Instructions to follow ▸
From the entries below, copy exactly the lines from the one that contains "f 29 31 135" through the one that contains "f 139 138 123", both included, and only those.

+--

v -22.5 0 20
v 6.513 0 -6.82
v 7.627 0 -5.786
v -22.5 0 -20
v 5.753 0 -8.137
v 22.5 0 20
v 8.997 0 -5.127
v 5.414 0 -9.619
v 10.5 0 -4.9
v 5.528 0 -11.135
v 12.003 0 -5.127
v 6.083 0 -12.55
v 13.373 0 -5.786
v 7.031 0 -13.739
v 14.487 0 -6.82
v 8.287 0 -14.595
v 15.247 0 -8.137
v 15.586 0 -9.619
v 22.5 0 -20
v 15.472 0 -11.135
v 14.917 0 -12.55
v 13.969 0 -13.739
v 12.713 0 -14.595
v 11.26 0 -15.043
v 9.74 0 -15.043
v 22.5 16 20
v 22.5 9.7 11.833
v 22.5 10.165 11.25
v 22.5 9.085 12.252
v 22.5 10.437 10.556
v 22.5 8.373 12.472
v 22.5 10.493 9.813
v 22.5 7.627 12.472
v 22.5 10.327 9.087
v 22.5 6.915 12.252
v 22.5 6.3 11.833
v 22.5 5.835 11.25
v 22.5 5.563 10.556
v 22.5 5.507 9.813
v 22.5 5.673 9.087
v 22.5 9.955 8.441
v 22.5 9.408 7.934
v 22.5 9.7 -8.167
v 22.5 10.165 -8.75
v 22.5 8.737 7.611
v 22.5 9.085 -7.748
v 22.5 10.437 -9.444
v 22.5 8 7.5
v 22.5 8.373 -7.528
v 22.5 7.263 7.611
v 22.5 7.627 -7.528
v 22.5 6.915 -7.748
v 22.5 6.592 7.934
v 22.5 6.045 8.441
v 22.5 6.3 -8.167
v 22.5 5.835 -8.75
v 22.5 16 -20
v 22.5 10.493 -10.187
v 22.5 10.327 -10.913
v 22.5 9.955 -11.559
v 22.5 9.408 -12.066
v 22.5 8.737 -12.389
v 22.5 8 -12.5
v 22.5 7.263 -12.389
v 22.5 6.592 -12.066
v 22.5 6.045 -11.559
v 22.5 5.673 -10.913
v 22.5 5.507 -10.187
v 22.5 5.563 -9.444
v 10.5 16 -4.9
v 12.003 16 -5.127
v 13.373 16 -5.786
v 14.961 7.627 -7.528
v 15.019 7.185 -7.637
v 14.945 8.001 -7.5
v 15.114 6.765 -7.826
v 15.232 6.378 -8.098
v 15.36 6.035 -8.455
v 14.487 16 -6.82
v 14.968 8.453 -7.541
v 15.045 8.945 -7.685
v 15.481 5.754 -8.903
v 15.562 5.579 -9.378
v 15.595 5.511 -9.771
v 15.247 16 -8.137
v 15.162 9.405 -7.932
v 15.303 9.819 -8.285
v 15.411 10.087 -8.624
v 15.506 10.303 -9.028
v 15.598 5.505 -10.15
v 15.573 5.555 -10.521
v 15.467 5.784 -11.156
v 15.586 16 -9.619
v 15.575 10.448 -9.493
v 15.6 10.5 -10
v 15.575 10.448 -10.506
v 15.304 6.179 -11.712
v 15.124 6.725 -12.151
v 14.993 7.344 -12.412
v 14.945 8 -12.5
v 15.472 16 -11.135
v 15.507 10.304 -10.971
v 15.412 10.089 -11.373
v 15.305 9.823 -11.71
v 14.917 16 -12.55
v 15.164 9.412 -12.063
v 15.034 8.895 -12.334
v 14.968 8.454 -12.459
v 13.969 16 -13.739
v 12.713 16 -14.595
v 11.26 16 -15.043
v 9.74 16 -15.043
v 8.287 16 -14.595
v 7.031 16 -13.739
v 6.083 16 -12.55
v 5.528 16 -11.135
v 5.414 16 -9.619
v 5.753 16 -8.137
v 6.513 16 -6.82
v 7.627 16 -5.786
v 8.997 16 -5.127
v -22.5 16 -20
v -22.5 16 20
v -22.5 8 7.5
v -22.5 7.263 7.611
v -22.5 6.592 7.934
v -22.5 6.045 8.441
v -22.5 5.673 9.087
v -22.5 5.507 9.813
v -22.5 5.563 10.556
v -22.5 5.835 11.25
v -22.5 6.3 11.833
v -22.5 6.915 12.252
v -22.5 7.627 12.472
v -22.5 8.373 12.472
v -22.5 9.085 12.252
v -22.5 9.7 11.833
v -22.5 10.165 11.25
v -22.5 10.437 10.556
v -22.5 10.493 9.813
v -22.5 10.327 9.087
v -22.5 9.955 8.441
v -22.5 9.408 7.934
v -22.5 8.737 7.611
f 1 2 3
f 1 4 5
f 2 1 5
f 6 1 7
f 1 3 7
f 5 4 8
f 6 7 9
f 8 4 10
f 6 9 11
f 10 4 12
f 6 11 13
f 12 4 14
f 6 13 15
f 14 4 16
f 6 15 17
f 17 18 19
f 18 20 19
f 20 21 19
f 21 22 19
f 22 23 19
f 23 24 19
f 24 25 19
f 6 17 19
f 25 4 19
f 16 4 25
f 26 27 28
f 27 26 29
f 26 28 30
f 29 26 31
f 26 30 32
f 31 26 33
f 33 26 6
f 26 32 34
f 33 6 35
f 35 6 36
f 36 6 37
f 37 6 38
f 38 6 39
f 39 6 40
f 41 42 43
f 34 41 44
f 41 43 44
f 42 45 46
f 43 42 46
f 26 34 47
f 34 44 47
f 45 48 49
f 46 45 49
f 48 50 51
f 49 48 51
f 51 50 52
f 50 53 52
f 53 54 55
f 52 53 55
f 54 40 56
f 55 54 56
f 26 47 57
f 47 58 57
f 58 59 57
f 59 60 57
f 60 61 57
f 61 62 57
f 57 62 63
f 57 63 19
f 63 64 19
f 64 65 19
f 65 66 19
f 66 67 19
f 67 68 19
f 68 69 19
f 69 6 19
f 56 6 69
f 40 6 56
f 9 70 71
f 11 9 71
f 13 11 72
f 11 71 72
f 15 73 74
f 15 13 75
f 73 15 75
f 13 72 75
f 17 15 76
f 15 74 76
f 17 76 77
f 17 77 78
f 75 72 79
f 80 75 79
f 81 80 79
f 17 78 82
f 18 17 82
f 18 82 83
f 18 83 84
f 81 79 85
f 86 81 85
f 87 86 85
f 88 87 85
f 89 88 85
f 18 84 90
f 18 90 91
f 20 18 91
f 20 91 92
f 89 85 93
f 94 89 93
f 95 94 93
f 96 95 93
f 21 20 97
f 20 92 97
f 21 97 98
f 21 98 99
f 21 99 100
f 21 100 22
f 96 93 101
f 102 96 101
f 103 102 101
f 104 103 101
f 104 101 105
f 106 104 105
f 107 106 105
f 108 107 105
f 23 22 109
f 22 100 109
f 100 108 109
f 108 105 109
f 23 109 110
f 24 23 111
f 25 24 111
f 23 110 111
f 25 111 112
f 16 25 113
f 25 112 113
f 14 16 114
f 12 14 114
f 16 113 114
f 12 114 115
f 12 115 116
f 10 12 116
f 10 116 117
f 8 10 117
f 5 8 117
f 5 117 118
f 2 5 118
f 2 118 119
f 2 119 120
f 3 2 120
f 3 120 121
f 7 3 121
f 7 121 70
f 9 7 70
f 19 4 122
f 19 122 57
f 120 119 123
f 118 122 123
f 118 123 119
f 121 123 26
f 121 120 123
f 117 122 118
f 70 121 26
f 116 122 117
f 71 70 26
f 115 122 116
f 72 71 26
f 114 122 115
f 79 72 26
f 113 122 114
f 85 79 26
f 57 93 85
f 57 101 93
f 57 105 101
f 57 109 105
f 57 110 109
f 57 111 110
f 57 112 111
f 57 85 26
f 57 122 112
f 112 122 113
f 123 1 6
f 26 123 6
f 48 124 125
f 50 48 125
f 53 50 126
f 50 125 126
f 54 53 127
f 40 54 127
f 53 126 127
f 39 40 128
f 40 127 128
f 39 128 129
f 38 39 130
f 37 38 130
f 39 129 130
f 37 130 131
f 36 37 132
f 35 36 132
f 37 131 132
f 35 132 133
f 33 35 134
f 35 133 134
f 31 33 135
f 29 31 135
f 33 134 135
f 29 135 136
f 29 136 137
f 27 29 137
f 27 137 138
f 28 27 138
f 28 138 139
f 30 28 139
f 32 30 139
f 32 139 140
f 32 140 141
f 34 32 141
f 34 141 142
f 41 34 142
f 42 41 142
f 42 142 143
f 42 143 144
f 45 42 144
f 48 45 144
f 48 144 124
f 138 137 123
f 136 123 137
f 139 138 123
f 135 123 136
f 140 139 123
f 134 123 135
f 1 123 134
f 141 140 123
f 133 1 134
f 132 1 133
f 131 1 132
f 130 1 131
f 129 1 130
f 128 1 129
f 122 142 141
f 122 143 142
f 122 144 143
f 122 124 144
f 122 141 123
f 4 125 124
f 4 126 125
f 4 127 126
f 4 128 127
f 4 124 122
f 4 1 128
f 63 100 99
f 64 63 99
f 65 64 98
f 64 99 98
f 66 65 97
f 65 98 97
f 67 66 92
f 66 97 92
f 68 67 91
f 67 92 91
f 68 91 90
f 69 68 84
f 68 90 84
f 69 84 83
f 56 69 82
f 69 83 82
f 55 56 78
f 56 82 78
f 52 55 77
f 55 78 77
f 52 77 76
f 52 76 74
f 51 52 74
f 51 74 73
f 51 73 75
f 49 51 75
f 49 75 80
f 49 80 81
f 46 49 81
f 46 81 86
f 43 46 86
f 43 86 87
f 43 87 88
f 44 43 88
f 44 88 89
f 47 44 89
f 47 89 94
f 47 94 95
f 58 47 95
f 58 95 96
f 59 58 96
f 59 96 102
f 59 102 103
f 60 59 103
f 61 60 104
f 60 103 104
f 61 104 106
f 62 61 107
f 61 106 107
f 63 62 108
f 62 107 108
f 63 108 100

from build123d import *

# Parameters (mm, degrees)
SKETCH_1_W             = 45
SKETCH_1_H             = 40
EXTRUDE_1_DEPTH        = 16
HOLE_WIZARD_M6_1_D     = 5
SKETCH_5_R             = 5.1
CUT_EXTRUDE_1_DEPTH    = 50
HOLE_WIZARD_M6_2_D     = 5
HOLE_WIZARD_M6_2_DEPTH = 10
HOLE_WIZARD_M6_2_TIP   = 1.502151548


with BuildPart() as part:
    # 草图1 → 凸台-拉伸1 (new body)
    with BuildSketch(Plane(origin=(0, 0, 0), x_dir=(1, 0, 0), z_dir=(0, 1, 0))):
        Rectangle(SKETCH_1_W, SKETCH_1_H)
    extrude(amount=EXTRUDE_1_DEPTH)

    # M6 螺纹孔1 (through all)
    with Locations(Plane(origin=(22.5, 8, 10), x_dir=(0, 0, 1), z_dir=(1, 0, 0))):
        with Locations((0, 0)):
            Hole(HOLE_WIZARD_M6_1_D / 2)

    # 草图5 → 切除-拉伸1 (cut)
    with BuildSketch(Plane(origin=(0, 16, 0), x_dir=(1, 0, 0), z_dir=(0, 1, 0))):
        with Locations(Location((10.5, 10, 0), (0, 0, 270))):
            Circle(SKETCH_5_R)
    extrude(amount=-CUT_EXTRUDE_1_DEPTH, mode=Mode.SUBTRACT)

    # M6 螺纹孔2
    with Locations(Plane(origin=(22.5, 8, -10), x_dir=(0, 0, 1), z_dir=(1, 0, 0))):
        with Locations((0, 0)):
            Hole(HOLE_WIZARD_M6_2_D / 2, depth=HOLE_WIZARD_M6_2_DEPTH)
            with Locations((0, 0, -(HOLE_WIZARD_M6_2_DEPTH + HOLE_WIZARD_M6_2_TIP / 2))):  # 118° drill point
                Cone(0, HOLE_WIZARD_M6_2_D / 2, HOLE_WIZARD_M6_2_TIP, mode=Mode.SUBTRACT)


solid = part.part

+--

Solution to this task ▸
f 29 31 135
f 33 134 135
f 29 135 136
f 29 136 137
f 27 29 137
f 27 137 138
f 28 27 138
f 28 138 139
f 30 28 139
f 32 30 139
f 32 139 140
f 32 140 141
f 34 32 141
f 34 141 142
f 41 34 142
f 42 41 142
f 42 142 143
f 42 143 144
f 45 42 144
f 48 45 144
f 48 144 124
f 138 137 123
f 136 123 137
f 139 138 123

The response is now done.